▶ **What needs to be done**: Below this line is a set of entries; quote exactly the lines from the line that contains "e63 v25 v47 LINE" to the line that contains "e61 -e1 -e13]", both lines included.

▶ **Extracted records**:
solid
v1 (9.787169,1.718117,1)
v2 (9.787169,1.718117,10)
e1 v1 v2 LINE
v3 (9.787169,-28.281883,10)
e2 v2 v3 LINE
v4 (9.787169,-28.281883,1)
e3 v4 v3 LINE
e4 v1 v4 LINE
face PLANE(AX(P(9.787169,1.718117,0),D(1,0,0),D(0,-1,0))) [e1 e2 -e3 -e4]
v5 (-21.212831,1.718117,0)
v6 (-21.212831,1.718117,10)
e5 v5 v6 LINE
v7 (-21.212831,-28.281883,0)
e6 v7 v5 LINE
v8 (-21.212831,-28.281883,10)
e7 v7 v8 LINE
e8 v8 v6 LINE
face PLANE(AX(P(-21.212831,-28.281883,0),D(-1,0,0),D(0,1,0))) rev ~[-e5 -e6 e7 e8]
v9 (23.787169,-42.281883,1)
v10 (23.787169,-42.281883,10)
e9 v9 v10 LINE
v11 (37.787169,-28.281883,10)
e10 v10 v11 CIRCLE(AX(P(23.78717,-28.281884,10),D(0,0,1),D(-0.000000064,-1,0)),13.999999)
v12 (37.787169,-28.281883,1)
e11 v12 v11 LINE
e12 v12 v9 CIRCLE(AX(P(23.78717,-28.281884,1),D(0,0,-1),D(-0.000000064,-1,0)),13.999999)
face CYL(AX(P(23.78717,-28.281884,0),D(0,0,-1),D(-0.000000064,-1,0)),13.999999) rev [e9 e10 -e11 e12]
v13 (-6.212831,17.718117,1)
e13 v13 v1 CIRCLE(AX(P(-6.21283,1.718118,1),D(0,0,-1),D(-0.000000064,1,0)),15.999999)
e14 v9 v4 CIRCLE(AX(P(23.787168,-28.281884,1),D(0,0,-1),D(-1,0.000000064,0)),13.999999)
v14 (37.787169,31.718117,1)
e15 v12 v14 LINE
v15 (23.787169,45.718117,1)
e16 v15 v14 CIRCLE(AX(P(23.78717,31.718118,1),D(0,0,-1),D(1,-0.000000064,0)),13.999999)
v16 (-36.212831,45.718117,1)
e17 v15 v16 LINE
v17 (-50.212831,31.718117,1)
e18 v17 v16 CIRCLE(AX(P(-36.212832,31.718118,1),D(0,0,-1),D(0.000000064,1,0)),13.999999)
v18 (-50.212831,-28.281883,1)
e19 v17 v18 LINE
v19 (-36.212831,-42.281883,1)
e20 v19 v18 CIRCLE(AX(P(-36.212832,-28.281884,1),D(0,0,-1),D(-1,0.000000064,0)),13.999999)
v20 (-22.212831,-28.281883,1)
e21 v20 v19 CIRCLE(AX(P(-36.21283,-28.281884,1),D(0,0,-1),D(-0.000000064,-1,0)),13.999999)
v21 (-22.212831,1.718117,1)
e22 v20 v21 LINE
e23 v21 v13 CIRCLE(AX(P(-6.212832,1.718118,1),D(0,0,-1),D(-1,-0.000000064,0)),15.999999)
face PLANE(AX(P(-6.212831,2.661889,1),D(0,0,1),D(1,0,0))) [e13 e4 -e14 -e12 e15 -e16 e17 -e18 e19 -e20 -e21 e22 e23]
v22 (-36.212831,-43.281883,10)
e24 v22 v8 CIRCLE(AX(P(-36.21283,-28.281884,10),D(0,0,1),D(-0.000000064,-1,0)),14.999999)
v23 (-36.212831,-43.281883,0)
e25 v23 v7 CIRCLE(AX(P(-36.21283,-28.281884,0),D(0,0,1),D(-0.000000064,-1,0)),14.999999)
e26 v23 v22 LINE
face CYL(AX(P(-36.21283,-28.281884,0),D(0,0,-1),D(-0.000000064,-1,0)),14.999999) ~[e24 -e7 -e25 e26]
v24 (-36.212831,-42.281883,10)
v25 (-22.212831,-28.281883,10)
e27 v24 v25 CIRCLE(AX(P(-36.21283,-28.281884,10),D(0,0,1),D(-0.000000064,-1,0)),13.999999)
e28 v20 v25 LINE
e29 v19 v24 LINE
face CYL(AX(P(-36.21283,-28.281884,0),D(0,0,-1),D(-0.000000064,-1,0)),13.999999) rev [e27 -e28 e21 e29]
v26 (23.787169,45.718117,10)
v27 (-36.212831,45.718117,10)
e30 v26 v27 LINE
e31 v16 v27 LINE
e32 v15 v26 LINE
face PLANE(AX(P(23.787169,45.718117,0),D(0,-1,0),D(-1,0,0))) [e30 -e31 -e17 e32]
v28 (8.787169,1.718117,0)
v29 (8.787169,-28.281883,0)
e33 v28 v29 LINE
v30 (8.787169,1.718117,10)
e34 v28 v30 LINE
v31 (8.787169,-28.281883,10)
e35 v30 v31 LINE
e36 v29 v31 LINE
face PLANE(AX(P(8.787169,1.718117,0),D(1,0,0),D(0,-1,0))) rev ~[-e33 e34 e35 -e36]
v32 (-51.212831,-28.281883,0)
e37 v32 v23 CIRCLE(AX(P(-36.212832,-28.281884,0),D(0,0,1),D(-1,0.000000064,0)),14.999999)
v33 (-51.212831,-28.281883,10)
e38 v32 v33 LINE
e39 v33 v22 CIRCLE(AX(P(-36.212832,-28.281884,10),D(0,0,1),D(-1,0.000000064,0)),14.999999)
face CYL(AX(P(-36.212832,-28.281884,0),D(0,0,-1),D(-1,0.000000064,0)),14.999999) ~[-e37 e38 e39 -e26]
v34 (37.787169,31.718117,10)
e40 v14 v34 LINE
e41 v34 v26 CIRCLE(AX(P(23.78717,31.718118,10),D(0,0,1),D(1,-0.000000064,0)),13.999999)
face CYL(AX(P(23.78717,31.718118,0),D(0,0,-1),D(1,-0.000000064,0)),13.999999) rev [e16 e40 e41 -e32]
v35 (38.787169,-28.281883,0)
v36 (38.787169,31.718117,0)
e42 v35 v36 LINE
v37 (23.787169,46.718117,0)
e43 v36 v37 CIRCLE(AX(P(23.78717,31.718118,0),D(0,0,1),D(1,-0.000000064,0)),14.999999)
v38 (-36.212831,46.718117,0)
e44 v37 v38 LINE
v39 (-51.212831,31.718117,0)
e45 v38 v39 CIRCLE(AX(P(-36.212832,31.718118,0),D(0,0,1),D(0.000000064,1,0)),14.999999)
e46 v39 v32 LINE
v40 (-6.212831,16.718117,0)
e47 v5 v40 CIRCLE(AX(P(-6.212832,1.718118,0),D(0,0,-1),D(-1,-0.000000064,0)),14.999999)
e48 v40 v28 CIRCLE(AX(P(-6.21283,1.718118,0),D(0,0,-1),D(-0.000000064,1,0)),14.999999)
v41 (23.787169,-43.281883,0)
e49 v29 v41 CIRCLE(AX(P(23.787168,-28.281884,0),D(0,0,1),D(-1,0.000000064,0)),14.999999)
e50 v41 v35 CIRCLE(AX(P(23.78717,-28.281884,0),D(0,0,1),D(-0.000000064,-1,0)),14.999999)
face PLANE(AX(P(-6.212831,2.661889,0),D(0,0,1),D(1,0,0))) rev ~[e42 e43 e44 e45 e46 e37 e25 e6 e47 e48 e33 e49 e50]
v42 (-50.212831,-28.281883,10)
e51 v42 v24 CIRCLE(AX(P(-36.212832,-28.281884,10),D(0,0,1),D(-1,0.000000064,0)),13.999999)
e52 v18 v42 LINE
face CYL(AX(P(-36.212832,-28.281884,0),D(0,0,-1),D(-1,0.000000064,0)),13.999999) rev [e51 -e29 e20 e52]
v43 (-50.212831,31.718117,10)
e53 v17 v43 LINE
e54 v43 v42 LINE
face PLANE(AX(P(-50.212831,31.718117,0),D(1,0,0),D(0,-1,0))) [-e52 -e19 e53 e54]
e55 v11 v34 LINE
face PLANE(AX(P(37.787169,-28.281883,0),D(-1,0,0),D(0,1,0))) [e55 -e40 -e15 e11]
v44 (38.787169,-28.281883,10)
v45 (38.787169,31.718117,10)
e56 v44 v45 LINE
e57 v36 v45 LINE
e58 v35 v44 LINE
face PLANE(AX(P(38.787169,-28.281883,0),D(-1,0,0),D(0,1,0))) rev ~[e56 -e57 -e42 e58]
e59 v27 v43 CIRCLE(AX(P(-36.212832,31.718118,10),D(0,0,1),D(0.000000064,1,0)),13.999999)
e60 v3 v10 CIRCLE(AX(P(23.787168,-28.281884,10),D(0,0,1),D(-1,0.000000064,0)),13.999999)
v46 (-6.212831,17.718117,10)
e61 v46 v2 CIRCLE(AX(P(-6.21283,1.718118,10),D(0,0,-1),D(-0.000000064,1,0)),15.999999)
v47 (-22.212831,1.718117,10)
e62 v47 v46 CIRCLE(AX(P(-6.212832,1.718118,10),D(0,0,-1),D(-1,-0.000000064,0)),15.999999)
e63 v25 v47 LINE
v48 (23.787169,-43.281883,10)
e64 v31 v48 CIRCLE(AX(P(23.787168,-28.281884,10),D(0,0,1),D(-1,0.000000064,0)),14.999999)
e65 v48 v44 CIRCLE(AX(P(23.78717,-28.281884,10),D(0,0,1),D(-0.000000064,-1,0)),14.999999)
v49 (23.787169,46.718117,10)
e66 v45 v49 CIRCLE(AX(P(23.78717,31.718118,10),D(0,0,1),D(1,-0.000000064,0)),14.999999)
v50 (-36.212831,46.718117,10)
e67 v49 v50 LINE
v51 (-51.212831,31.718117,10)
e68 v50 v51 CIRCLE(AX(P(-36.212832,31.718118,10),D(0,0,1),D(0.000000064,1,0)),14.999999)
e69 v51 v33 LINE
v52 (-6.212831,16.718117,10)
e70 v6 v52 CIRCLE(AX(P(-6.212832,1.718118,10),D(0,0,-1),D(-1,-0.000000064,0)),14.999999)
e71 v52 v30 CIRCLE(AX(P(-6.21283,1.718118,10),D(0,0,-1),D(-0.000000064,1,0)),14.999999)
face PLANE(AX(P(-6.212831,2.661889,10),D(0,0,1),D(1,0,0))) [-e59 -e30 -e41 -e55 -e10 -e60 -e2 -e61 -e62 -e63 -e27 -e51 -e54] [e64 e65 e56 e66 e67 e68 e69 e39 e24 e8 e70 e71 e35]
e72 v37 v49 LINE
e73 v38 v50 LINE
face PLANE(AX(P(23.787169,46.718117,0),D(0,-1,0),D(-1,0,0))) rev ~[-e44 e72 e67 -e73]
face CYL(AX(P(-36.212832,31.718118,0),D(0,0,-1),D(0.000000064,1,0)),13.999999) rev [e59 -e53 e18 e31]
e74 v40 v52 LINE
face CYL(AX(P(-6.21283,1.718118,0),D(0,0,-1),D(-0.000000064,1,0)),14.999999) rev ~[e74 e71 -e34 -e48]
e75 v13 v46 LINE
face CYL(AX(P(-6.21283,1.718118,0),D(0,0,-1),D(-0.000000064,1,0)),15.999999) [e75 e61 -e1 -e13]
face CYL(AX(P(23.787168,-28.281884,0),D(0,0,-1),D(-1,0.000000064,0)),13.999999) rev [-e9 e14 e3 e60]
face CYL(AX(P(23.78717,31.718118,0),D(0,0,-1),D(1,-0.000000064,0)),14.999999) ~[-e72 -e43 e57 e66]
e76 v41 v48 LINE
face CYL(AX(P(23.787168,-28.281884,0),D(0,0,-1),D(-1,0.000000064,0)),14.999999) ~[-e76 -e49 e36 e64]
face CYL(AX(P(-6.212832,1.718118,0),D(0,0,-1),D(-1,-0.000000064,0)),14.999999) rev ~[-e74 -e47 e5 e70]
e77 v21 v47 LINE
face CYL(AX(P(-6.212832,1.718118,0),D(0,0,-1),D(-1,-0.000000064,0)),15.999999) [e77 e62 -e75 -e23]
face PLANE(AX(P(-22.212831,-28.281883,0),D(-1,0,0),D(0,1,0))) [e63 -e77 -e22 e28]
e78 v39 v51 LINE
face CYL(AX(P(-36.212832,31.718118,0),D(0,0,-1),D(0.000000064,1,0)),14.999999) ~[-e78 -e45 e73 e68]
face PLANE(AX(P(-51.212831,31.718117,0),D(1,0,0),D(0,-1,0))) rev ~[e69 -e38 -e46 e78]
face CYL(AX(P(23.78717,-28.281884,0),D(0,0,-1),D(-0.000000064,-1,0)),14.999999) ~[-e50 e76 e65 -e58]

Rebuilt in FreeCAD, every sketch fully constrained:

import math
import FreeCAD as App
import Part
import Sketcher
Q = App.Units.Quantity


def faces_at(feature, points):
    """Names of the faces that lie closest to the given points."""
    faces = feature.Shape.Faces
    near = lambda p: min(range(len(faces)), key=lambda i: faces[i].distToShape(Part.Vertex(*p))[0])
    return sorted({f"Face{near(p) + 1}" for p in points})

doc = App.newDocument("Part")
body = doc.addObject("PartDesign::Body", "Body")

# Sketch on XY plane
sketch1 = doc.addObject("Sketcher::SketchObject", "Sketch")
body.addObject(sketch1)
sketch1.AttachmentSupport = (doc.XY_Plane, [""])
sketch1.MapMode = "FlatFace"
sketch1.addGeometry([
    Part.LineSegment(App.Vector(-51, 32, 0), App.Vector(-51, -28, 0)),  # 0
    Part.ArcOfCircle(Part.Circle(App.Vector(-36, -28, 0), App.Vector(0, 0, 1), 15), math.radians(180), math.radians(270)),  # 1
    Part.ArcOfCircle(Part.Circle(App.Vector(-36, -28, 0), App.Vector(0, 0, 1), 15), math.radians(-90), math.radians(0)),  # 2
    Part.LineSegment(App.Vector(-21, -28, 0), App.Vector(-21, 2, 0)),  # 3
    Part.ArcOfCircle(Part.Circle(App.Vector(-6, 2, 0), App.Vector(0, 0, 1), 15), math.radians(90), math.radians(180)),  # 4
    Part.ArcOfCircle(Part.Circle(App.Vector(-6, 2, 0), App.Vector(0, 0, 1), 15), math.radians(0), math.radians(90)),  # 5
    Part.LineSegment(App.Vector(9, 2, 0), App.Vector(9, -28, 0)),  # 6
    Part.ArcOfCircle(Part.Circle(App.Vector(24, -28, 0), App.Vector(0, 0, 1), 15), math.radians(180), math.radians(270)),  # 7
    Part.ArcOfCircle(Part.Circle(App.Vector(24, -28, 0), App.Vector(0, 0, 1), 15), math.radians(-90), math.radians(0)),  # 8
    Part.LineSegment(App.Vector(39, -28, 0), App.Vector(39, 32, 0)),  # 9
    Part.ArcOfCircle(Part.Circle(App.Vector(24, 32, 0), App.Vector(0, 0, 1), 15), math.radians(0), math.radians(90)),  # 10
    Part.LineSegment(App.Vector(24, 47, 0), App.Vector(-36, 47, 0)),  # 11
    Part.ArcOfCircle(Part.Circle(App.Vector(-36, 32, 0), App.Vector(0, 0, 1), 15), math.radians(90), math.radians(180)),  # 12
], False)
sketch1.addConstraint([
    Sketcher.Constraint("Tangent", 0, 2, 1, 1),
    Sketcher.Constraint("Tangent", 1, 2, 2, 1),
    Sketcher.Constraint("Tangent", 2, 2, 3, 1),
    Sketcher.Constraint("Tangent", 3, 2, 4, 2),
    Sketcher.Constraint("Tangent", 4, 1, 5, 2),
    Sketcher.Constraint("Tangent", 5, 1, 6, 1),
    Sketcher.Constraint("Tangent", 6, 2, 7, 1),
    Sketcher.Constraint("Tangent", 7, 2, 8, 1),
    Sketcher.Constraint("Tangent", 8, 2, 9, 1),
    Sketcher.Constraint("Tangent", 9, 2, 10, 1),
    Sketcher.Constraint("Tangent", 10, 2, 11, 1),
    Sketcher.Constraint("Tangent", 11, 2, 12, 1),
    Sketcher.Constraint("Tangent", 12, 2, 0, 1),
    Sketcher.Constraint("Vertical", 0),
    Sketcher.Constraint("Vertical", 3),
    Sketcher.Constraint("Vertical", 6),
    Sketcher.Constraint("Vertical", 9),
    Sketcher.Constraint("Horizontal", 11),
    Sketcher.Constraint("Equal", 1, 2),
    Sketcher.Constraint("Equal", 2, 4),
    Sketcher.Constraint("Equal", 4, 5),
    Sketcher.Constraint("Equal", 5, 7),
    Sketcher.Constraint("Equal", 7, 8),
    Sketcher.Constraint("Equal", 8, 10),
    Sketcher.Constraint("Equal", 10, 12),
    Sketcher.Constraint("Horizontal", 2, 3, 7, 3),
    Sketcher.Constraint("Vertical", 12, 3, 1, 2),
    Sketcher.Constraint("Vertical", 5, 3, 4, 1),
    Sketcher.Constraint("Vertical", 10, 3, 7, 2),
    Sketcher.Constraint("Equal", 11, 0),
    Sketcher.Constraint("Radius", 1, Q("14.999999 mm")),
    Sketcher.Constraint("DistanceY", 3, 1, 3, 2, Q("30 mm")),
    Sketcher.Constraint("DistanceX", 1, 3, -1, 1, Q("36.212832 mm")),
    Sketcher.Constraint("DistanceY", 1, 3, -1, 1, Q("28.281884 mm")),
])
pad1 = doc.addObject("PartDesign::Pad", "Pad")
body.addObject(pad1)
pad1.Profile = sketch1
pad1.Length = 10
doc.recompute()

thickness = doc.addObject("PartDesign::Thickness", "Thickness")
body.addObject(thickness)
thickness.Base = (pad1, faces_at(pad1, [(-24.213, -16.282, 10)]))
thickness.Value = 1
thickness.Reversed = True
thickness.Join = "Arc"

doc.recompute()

▶ **Task output**:
e63 v25 v47 LINE
v48 (23.787169,-43.281883,10)
e64 v31 v48 CIRCLE(AX(P(23.787168,-28.281884,10),D(0,0,1),D(-1,0.000000064,0)),14.999999)
e65 v48 v44 CIRCLE(AX(P(23.78717,-28.281884,10),D(0,0,1),D(-0.000000064,-1,0)),14.999999)
v49 (23.787169,46.718117,10)
e66 v45 v49 CIRCLE(AX(P(23.78717,31.718118,10),D(0,0,1),D(1,-0.000000064,0)),14.999999)
v50 (-36.212831,46.718117,10)
e67 v49 v50 LINE
v51 (-51.212831,31.718117,10)
e68 v50 v51 CIRCLE(AX(P(-36.212832,31.718118,10),D(0,0,1),D(0.000000064,1,0)),14.999999)
e69 v51 v33 LINE
v52 (-6.212831,16.718117,10)
e70 v6 v52 CIRCLE(AX(P(-6.212832,1.718118,10),D(0,0,-1),D(-1,-0.000000064,0)),14.999999)
e71 v52 v30 CIRCLE(AX(P(-6.21283,1.718118,10),D(0,0,-1),D(-0.000000064,1,0)),14.999999)
face PLANE(AX(P(-6.212831,2.661889,10),D(0,0,1),D(1,0,0))) [-e59 -e30 -e41 -e55 -e10 -e60 -e2 -e61 -e62 -e63 -e27 -e51 -e54] [e64 e65 e56 e66 e67 e68 e69 e39 e24 e8 e70 e71 e35]
e72 v37 v49 LINE
e73 v38 v50 LINE
face PLANE(AX(P(23.787169,46.718117,0),D(0,-1,0),D(-1,0,0))) rev ~[-e44 e72 e67 -e73]
face CYL(AX(P(-36.212832,31.718118,0),D(0,0,-1),D(0.000000064,1,0)),13.999999) rev [e59 -e53 e18 e31]
e74 v40 v52 LINE
face CYL(AX(P(-6.21283,1.718118,0),D(0,0,-1),D(-0.000000064,1,0)),14.999999) rev ~[e74 e71 -e34 -e48]
e75 v13 v46 LINE
face CYL(AX(P(-6.21283,1.718118,0),D(0,0,-1),D(-0.000000064,1,0)),15.999999) [e75 e61 -e1 -e13]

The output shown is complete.